Pharmaceutical co-payments

From 1 September 2008, everyone who is eligible for publicly funded health and disability services should in most circumstances pay only $3 for subsidised medicines.

All prescriptions from a public hospital, a midwife and a Family Planning Clinic are covered for $3 co-payments.

Prescriptions from the following providers are approved for $3 co-payments on subsidised medicines if they meet the specified criteria.

  • After Hours Accident and Medical Services with a DHB or a PHO contract.
  • Youth Health Clinics with a DHB or a PHO contract.
  • Dentists who write a prescription that relates to a service being provided under a DHB contract.
  • Private specialists (for example, opthalmologists and orthopaedics) who write a prescription for a patient receiving a publicly funded service contracted by the DHB.
  • General practitioners who write a prescription during normal business hours to a person who is not enrolled in the general practice provided the person is eligible for publicly funded health and disability services and the general practice is part of a PHO.
  • Hospices that have a contract with a DHB.

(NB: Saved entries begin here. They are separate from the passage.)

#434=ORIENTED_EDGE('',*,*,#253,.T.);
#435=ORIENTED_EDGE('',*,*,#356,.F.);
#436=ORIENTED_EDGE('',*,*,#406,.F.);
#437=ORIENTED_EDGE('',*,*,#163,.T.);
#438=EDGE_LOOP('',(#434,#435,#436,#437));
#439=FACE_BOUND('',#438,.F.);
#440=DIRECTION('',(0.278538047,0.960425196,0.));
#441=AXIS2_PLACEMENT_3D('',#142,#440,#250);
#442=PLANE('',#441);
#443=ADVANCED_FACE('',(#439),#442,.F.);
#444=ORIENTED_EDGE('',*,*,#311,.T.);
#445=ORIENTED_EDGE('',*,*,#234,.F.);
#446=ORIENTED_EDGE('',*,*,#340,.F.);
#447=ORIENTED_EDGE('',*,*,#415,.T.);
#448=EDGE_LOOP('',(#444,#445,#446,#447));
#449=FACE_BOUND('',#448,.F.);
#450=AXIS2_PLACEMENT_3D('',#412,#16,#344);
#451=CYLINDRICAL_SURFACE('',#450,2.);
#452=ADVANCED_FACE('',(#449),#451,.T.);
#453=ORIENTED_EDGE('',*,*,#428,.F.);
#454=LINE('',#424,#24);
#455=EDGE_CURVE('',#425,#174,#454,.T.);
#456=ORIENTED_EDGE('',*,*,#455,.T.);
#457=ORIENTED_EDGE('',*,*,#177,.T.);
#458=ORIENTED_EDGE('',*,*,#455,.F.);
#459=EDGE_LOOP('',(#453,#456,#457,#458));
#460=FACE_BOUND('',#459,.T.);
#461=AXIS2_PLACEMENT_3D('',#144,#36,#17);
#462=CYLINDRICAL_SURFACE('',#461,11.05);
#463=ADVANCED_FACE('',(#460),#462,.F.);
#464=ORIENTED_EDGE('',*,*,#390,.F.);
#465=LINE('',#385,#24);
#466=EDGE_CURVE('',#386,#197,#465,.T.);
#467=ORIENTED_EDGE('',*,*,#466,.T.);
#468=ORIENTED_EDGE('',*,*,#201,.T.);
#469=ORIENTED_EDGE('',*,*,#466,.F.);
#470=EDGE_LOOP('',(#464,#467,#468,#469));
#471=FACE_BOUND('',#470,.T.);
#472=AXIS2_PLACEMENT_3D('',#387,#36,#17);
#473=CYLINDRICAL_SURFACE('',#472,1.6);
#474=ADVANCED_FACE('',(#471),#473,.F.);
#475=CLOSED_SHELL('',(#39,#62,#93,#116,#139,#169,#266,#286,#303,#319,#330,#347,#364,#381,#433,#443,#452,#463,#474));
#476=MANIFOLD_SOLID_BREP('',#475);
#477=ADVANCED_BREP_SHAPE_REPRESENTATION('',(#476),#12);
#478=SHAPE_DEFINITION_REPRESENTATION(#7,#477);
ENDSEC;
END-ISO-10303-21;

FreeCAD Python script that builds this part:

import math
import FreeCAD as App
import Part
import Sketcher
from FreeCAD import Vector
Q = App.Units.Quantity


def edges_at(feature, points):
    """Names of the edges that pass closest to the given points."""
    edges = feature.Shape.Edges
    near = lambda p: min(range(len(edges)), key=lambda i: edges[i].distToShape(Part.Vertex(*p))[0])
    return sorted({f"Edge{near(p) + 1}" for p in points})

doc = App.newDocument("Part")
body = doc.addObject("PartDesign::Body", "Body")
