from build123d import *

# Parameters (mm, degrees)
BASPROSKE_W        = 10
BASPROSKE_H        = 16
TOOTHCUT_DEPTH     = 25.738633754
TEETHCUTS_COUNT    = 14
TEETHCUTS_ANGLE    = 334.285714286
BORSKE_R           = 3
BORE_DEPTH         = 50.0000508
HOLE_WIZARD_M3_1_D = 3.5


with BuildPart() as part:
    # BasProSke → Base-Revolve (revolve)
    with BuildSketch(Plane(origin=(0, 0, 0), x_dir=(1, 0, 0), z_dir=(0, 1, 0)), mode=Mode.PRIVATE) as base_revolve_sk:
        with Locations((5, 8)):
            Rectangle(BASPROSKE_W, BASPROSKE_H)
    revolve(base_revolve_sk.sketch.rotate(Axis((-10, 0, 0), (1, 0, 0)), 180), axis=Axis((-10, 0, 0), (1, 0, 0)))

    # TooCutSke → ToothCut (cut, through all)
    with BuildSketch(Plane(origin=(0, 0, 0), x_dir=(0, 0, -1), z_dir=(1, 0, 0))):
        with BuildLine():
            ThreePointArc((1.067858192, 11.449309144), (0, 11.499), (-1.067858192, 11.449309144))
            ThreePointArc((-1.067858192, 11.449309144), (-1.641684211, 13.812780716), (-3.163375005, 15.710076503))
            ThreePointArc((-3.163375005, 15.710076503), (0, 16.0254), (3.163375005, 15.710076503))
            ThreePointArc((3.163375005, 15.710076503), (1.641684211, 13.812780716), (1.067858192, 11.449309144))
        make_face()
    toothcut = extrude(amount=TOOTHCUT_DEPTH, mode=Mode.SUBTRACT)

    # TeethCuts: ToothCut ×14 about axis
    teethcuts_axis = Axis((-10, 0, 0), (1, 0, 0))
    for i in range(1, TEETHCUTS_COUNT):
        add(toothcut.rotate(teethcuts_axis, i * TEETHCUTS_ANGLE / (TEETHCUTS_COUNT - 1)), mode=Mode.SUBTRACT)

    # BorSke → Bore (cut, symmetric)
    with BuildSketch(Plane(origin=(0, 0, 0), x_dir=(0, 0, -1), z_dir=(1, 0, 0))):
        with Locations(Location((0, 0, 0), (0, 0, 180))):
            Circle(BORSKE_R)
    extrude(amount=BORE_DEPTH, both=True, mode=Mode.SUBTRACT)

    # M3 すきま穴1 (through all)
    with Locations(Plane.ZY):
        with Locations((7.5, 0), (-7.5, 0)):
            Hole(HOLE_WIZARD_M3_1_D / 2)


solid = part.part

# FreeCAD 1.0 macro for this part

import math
import FreeCAD as App
import Part
import Sketcher
from FreeCAD import Vector

doc = App.newDocument("Part")
params = doc.addObject("Spreadsheet::Sheet", "Params")
for row, (alias, value) in enumerate([
    ("sketch1_width", "10 mm"),
    ("sketch1_height", "16 mm"),
    ("revolution_angle", "360 deg"),
    ("sketch2_radius", "5.6 mm"),
    ("sketch3_diameter", "6 mm"),
    ("pocket2_length", "100.000102 mm"),
    ("sketch4_diameter", "3.5 mm"),
    ("hole_diameter", "3.5 mm"),
], start=1):
    params.set(f"A{row}", alias)
    params.set(f"B{row}", "=" + value)
    params.setAlias(f"B{row}", alias)

body = doc.addObject("PartDesign::Body", "Body")

sketch1 = body.newObject("Sketcher::SketchObject", "Sketch")
sketch1.AttachmentSupport = (doc.getObject("XZ_Plane"), [""])
sketch1.MapMode = "FlatFace"
sketch1.addGeometry([
    Part.LineSegment(Vector(0, -16, 0), Vector(0, 0, 0)),
    Part.LineSegment(Vector(0, 0, 0), Vector(10, 0, 0)),
    Part.LineSegment(Vector(10, 0, 0), Vector(10, -16, 0)),
    Part.LineSegment(Vector(10, -16, 0), Vector(0, -16, 0)),
], False)
sketch1.addConstraint([
    Sketcher.Constraint("Coincident", 0, 2, 1, 1),
    Sketcher.Constraint("Coincident", 1, 2, 2, 1),
    Sketcher.Constraint("Coincident", 2, 2, 3, 1),
    Sketcher.Constraint("Coincident", 3, 2, 0, 1),
    Sketcher.Constraint("Vertical", 0),
    Sketcher.Constraint("Horizontal", 1),
    Sketcher.Constraint("Vertical", 2),
    Sketcher.Constraint("Horizontal", 3),
    Sketcher.Constraint("Coincident", 0, 2, -1, 1),
    Sketcher.Constraint("DistanceX", 1, 1, 1, 2, 10.0),
    Sketcher.Constraint("DistanceY", 0, 1, 0, 2, 16.0),
])
sketch1.setExpression("Constraints[9]", "Params.sketch1_width")
sketch1.setExpression("Constraints[10]", "Params.sketch1_height")
revolution = body.newObject("PartDesign::Revolution", "Revolution")
revolution.Profile = sketch1
revolution.ReferenceAxis = (sketch1, ["H_Axis"])
revolution.setExpression("Angle", "Params.revolution_angle")

sketch2 = body.newObject("Sketcher::SketchObject", "Sketch001")
sketch2.AttachmentSupport = (doc.getObject("YZ_Plane"), [""])
sketch2.MapMode = "FlatFace"
sketch2.addGeometry([
    Part.ArcOfCircle(Part.Circle(Vector(0, 0, 0), Vector(0, 0, 1), 11.5), math.radians(-5.33), math.radians(5.33)),
    Part.ArcOfCircle(Part.Circle(Vector(11.3, -6.7, 0), Vector(0, 0, 1), 5.6), math.radians(39), math.radians(89)),
    Part.ArcOfCircle(Part.Circle(Vector(0, 0, 0), Vector(0, 0, 1), 16), math.radians(-11), math.radians(11)),
    Part.ArcOfCircle(Part.Circle(Vector(11.3, 6.7, 0), Vector(0, 0, 1), 5.6), math.radians(-89), math.radians(-39)),
], False)
sketch2.addConstraint([
    Sketcher.Constraint("Coincident", 0, 1, 1, 2),
    Sketcher.Constraint("Coincident", 1, 1, 2, 1),
    Sketcher.Constraint("Coincident", 2, 2, 3, 2),
    Sketcher.Constraint("Coincident", 3, 1, 0, 2),
    Sketcher.Constraint("Coincident", 0, 3, -1, 1),
    Sketcher.Constraint("Coincident", 2, 3, -1, 1),
    Sketcher.Constraint("Equal", 1, 3),
    Sketcher.Constraint("Symmetric", 1, 3, 3, 3, -1),
    Sketcher.Constraint("Radius", 1, 5.6),
    Sketcher.Constraint("Radius", 0, 11.499),
    Sketcher.Constraint("Radius", 2, 16.0254),
    Sketcher.Constraint("DistanceX", -1, 1, 0, 1, 11.449309),
    Sketcher.Constraint("DistanceX", 1, 3, 1, 1, 4.36874),
])
sketch2.setExpression("Constraints[8]", "Params.sketch2_radius")
pocket1 = body.newObject("PartDesign::Pocket", "Pocket")
pocket1.Profile = sketch2
pocket1.Type = "ThroughAll"
pocket1.Reversed = True
doc.recompute()

polarpattern = body.newObject("PartDesign::PolarPattern", "PolarPattern")
polarpattern.Originals = [pocket1]
polarpattern.Axis = (doc.getObject("X_Axis"), [""])
polarpattern.Angle = 360
polarpattern.Occurrences = 14
body.Tip = polarpattern

sketch3 = body.newObject("Sketcher::SketchObject", "Sketch002")
sketch3.AttachmentSupport = (doc.getObject("YZ_Plane"), [""])
sketch3.MapMode = "FlatFace"
sketch3.addGeometry(Part.Circle(Vector(0, 0, 0), Vector(0, 0, 1), 3), False)
sketch3.addConstraint([
    Sketcher.Constraint("Coincident", 0, 3, -1, 1),
    Sketcher.Constraint("Diameter", 0, 6.0),
])
sketch3.setExpression("Constraints[1]", "Params.sketch3_diameter")
pocket2 = body.newObject("PartDesign::Pocket", "Pocket001")
pocket2.Profile = sketch3
pocket2.setExpression("Length", "Params.pocket2_length")
pocket2.Midplane = True

sketch4 = body.newObject("Sketcher::SketchObject", "Sketch003")
sketch4.AttachmentSupport = (doc.getObject("YZ_Plane"), [""])
sketch4.MapMode = "FlatFace"
sketch4.addGeometry([
    Part.Circle(Vector(0, 7.5, 0), Vector(0, 0, 1), 1.8),
    Part.Circle(Vector(0, -7.5, 0), Vector(0, 0, 1), 1.8),
], False)
sketch4.addConstraint([
    Sketcher.Constraint("Equal", 0, 1),
    Sketcher.Constraint("Symmetric", 0, 3, 1, 3, -1, 1),
    Sketcher.Constraint("PointOnObject", 0, 3, -2),
    Sketcher.Constraint("Diameter", 0, 3.5),
    Sketcher.Constraint("DistanceY", 1, 3, 0, 3, 15.0),
])
sketch4.setExpression("Constraints[3]", "Params.sketch4_diameter")
doc.recompute()
hole = body.newObject("PartDesign::Hole", "Hole")
hole.Profile = sketch4
hole.ThreadType = "None"
hole.setExpression("Diameter", "Params.hole_diameter")
hole.DepthType = "ThroughAll"
hole.Reversed = True

doc.recompute()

Patients can check whether they are eligible for publicly funded health and disability services by referring to the Guide to eligibility.

To check if a medicine is fully subsidised, refer to the Pharmaceutical Schedule on PHARMAC’s website or ask your pharmacist or general practitioner.

DHBs have a list of eligible providers in their respective regions. Any provider/prescriber not specifically listed by a DHB as an approved provider/prescriber should be regarded as not approved.